There was no response. People around me chuckled appreciatively. The light changed, and we crossed. I must have passed right by her but I don’t know because she didn’t say anything. I never heard a word from her again.
You can also build up community defenses against distance shooters, at least in the places you frequent.
Recently, when I was walking just outside the bodega around the corner from my building, there was a delivery bike parked in my path. I knew it was a bike because I hit its wheel with my white cane and felt the cane’s tip xylophoning along the spokes. Just then, a woman from about 50 feet back yelled to warn me about the bike. As I started moving around it, she yelled again. But not at me this time, at the guys sitting outside the bodega.
These were the guys who are always sitting outside the bodega. I know them, a couple by name. They have offered me help countless times. But I’ve declined enough, and they’ve seen me navigating the neighborhood enough, that they don’t ask anymore.
The woman shouted they should help me get around the bike.
Still a few dozen feet away from her, one of the guys yelled back, “He will tell me he doesn’t need help!”
“What?” she yelled back.
“He will dead ass tell me he doesn’t need any help!” he repeated, louder this time, frustrated he was being yelled at for something he knew he couldn’t do anything about.
“He sure will,” laughed another one of the guys to himself.
I laughed too, and gave them a thumbs up. The woman stopped yelling about the bike.
4. The Clinger
This is the type who starts giving me instructions as they walk next to me in the same direction. Then they decide, since we’re walking together anyway, they are going to stick with me and provide a constant stream of unhelpful thoughts and suggestions.
These are perhaps the most stressful kind of unsolicited helper (the screamers below notwithstanding) because I have to be on constant alert. Anything I do that they perceive as a mistake will serve as further justification for staying with me.

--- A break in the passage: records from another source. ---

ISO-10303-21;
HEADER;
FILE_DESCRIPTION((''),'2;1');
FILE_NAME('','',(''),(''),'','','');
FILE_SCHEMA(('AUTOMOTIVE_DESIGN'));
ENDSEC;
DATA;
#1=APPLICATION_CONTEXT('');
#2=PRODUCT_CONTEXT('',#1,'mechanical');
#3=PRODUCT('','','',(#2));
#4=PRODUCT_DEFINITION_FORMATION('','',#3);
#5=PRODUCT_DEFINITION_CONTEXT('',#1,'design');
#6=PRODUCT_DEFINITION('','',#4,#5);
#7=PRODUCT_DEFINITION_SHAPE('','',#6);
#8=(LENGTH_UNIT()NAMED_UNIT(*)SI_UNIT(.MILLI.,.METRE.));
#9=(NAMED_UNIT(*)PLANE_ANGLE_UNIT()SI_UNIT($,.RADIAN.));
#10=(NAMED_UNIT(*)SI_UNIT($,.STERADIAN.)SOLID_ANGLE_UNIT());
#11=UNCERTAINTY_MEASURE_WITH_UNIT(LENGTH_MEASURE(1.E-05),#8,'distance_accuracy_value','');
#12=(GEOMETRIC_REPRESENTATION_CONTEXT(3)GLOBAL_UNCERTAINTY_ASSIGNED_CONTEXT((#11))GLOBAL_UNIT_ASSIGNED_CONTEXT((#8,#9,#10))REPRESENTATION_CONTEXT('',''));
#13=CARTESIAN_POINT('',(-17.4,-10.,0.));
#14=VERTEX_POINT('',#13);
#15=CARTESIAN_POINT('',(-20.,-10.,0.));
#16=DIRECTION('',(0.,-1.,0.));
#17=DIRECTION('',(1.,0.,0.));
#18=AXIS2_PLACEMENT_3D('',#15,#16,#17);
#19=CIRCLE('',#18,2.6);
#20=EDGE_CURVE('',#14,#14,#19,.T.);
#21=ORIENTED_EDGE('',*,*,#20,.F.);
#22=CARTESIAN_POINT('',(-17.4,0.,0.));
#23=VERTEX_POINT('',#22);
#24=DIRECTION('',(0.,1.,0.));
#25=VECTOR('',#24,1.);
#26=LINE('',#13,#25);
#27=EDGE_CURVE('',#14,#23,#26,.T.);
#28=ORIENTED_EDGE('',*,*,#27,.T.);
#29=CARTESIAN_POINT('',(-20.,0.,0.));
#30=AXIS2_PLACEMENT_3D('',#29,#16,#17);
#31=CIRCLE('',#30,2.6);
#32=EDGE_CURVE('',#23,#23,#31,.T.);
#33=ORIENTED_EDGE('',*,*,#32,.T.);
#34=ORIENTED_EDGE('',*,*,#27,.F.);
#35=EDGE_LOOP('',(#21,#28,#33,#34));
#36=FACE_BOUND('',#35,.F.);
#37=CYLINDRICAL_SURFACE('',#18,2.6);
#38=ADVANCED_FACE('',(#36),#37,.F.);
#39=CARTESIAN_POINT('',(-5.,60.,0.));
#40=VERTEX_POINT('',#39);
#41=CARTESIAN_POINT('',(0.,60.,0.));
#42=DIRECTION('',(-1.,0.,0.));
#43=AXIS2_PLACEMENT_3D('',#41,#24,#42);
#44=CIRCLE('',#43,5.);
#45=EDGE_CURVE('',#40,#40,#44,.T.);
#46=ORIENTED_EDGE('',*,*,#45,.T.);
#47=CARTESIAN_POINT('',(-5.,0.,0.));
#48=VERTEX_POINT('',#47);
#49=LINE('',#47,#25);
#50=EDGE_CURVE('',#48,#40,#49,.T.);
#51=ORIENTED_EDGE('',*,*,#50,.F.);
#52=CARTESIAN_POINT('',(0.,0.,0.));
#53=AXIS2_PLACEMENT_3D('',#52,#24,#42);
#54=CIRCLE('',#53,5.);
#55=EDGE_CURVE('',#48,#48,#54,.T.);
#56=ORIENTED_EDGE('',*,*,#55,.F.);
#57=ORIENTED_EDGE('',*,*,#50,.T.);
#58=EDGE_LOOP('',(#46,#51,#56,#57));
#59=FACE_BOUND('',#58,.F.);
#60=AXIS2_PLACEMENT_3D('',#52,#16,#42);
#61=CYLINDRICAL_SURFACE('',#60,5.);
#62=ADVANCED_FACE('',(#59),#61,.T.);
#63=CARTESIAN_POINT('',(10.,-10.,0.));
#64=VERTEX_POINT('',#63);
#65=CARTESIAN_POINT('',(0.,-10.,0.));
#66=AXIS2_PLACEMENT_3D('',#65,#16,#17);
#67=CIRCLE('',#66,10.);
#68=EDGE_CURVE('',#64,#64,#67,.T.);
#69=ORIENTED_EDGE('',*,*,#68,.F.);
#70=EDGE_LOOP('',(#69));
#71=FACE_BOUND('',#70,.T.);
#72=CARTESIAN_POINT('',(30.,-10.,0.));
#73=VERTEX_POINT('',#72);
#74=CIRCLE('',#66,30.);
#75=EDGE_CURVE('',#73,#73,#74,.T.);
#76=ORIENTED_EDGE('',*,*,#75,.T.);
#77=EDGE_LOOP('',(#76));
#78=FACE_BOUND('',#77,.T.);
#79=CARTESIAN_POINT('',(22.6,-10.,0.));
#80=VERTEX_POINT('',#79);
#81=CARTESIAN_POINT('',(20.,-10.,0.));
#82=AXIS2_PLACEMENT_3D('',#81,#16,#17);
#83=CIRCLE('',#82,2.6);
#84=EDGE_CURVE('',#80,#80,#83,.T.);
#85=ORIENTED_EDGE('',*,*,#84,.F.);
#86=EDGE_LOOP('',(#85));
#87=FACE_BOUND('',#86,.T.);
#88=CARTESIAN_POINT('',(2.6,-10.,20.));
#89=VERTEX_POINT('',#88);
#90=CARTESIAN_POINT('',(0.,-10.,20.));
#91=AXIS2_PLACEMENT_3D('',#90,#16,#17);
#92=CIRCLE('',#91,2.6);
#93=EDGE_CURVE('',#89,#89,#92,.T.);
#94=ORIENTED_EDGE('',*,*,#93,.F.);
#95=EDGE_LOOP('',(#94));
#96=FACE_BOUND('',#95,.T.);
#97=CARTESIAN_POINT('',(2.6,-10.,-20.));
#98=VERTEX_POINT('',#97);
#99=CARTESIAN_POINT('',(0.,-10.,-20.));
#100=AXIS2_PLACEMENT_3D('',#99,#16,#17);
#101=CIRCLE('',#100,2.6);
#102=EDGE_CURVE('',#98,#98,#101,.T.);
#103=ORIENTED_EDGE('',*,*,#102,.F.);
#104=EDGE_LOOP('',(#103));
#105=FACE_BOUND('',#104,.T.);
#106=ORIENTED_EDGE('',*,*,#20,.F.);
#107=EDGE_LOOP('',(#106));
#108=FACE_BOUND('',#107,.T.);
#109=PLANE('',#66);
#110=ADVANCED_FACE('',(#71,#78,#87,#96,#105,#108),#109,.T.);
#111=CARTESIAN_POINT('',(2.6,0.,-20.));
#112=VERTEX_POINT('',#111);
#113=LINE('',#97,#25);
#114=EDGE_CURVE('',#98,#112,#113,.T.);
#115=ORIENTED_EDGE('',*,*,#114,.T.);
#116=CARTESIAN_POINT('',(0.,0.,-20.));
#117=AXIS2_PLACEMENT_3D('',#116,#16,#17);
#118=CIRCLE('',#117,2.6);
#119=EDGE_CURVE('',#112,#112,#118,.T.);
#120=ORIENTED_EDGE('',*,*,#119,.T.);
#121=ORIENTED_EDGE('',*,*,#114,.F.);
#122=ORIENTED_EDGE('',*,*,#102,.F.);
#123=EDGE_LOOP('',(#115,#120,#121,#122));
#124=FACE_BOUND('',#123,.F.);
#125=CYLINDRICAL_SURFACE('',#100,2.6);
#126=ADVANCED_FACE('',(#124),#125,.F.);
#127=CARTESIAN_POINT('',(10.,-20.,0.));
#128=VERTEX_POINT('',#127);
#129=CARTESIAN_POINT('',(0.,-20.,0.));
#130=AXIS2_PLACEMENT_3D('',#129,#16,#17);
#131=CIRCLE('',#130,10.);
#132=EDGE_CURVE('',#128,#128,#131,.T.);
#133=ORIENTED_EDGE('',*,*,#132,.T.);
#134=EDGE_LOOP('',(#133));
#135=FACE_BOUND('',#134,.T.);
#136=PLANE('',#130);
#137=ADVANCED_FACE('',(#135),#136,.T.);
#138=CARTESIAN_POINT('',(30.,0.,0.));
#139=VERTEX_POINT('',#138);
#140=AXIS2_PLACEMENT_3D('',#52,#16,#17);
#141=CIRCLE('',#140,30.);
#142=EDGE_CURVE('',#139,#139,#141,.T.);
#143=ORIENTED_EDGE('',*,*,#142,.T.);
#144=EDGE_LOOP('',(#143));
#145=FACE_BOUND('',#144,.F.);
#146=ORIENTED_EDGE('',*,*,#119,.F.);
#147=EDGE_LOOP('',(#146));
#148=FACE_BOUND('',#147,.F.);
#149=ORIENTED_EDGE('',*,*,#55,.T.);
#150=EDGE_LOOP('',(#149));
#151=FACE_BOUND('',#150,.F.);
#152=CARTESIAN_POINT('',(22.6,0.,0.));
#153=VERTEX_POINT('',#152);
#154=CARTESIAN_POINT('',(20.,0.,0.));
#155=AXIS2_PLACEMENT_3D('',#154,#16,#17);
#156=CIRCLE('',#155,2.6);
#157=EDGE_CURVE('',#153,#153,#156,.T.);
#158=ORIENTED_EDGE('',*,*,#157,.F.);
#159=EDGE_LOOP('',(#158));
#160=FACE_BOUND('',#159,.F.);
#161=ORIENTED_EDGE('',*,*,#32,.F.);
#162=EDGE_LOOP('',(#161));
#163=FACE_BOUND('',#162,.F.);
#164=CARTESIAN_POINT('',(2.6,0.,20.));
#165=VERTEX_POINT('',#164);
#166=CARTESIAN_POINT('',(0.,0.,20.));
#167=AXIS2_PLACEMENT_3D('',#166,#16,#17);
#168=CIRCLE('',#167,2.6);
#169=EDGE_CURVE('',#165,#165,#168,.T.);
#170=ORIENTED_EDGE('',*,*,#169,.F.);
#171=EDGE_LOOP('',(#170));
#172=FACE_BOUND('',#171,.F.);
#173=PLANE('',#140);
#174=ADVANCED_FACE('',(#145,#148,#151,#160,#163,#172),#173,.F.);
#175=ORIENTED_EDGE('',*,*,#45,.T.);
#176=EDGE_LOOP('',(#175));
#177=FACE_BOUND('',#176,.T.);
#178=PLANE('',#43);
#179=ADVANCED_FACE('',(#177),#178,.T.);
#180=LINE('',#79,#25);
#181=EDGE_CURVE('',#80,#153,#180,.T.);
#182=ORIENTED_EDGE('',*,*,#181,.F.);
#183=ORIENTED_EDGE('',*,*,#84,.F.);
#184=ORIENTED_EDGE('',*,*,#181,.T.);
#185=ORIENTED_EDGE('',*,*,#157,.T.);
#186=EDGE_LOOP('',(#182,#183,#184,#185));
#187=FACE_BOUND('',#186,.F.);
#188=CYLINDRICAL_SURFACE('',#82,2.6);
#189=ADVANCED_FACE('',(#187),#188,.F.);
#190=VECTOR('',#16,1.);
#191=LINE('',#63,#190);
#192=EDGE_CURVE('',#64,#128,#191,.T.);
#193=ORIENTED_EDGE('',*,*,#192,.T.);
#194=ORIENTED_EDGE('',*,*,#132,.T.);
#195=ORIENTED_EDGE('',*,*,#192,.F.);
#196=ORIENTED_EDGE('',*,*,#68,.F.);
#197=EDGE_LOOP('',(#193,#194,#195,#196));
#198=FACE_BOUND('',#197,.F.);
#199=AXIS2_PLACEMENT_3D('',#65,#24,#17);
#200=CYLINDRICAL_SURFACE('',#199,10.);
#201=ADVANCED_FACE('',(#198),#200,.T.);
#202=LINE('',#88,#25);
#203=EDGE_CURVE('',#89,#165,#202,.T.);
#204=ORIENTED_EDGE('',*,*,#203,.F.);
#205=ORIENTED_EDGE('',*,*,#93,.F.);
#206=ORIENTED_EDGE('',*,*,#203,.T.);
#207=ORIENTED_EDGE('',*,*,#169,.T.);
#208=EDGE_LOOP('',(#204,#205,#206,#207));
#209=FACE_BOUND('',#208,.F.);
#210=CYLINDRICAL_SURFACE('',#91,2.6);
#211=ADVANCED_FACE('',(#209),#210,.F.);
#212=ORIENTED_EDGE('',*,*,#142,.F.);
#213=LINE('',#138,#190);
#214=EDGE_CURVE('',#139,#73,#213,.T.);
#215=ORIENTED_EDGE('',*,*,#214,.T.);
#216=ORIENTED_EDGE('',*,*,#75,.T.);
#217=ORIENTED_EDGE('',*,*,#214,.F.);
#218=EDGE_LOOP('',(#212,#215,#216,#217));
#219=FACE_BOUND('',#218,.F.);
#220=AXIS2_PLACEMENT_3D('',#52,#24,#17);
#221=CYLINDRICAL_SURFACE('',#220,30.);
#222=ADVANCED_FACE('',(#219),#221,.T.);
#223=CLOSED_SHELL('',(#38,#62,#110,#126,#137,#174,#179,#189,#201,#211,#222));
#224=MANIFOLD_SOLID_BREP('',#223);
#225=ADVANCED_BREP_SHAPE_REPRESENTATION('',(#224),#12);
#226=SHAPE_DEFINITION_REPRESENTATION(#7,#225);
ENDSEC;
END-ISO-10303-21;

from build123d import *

# Parameters (mm, degrees)
F0_R     = 30
F1_DEPTH = 10
F2_R     = 2.6
F3_DEPTH = 25
F4_R     = 10
F5_DEPTH = 10
F6_R     = 5
F7_DEPTH = 60


with BuildPart() as f1:
    # F0 (on Front) → F1 (new body)
    with BuildSketch(Plane.XZ):
        Circle(F0_R)
    extrude(amount=F1_DEPTH)

    # F2 (on face) → F3 (cut)
    with BuildSketch(Plane.XZ.offset(10)):
        with Locations((-20, 0)):
            Circle(F2_R)
        with Locations((0, 20)):
            Circle(F2_R)
        with Locations((20, 0)):
            Circle(F2_R)
        with Locations((0, -20)):
            Circle(F2_R)
    extrude(amount=-F3_DEPTH, mode=Mode.SUBTRACT)

    # F4 (on face) → F5 (join)
    with BuildSketch(Plane.XZ.offset(10)):
        Circle(F4_R)
    extrude(amount=F5_DEPTH)

    # F6 (on face) → F7 (join)
    with BuildSketch(Plane(origin=(0, 0, 0), x_dir=(-1, 0, 0), z_dir=(0, 1, 0))):
        Circle(F6_R)
    extrude(amount=F7_DEPTH)


solid = f1.part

I recently walked about two blocks with a particularly insistent clinger. When I finally convinced her to leave me alone, I was so flustered that I forgot I was at an intersection near my house that, unfathomably, has only one curb cut directly on the sidewalk’s corner, instead of the usual two, one at the end of either crosswalk. As soon as I turned to leave the clinger, I felt the curb cut, THOUGHT the crosswalk was directly in front of me, and began walking straight into the middle of the intersection. It was going to be truly impossible to get rid of her after that. So after we crossed the street, I lied and said I was turning. I waited 20 seconds or so around the corner, then stepped back out, presumably well behind her now, and carried on my way.
The thing to know about clingers is they only help if it’s convenient. I know from experience that they will leave you the second your paths separate. Set aside for the moment that this means they either 1) Know the information they provide isn’t that useful which is why they are comfortable leaving you, or 2) think they’re actually helping, and they’re choosing to abandon a disabled person who could really use their assistance.
I like to just say something really vague like “Oh wait,” stop walking, and pull out my phone. If they say anything, I respond distractedly while still looking at my phone. I want them to think I’m doing something important or urgent that I don’t want questions about. Then they have to decide how long they want to wait without having any idea how long I might be. They typically leave within 5 or 10 seconds.
The only time this maneuver gets tricky is if I have a specific subtype of the clinger: the lurker. Lurkers walk alongside me without saying anything and only speak up every minute or so before continuing along in silence. I never know if they’re still around. But I just give it an extra 15 seconds or so of pretending to use my phone to be safe. If I was ever unsure after that, I might fake a phone call about a creepy person who’s following me and say casually, “I think they’re gone. But if they come back, I do have that bottle of mace.”
5. The Grabber
The name is self-explanatory. They’re the type who walk up to me and PUT THEIR HAND ON my Arm, shoulder, or back, without overture, often without saying any words at all. Their assumption is, I guess, that everyone agrees I am in such desperate need of a sighted person’s immediate assistance that they can grab me, I will accept being grabbed, and nobody around will think twice about someone grabbing a disabled stranger.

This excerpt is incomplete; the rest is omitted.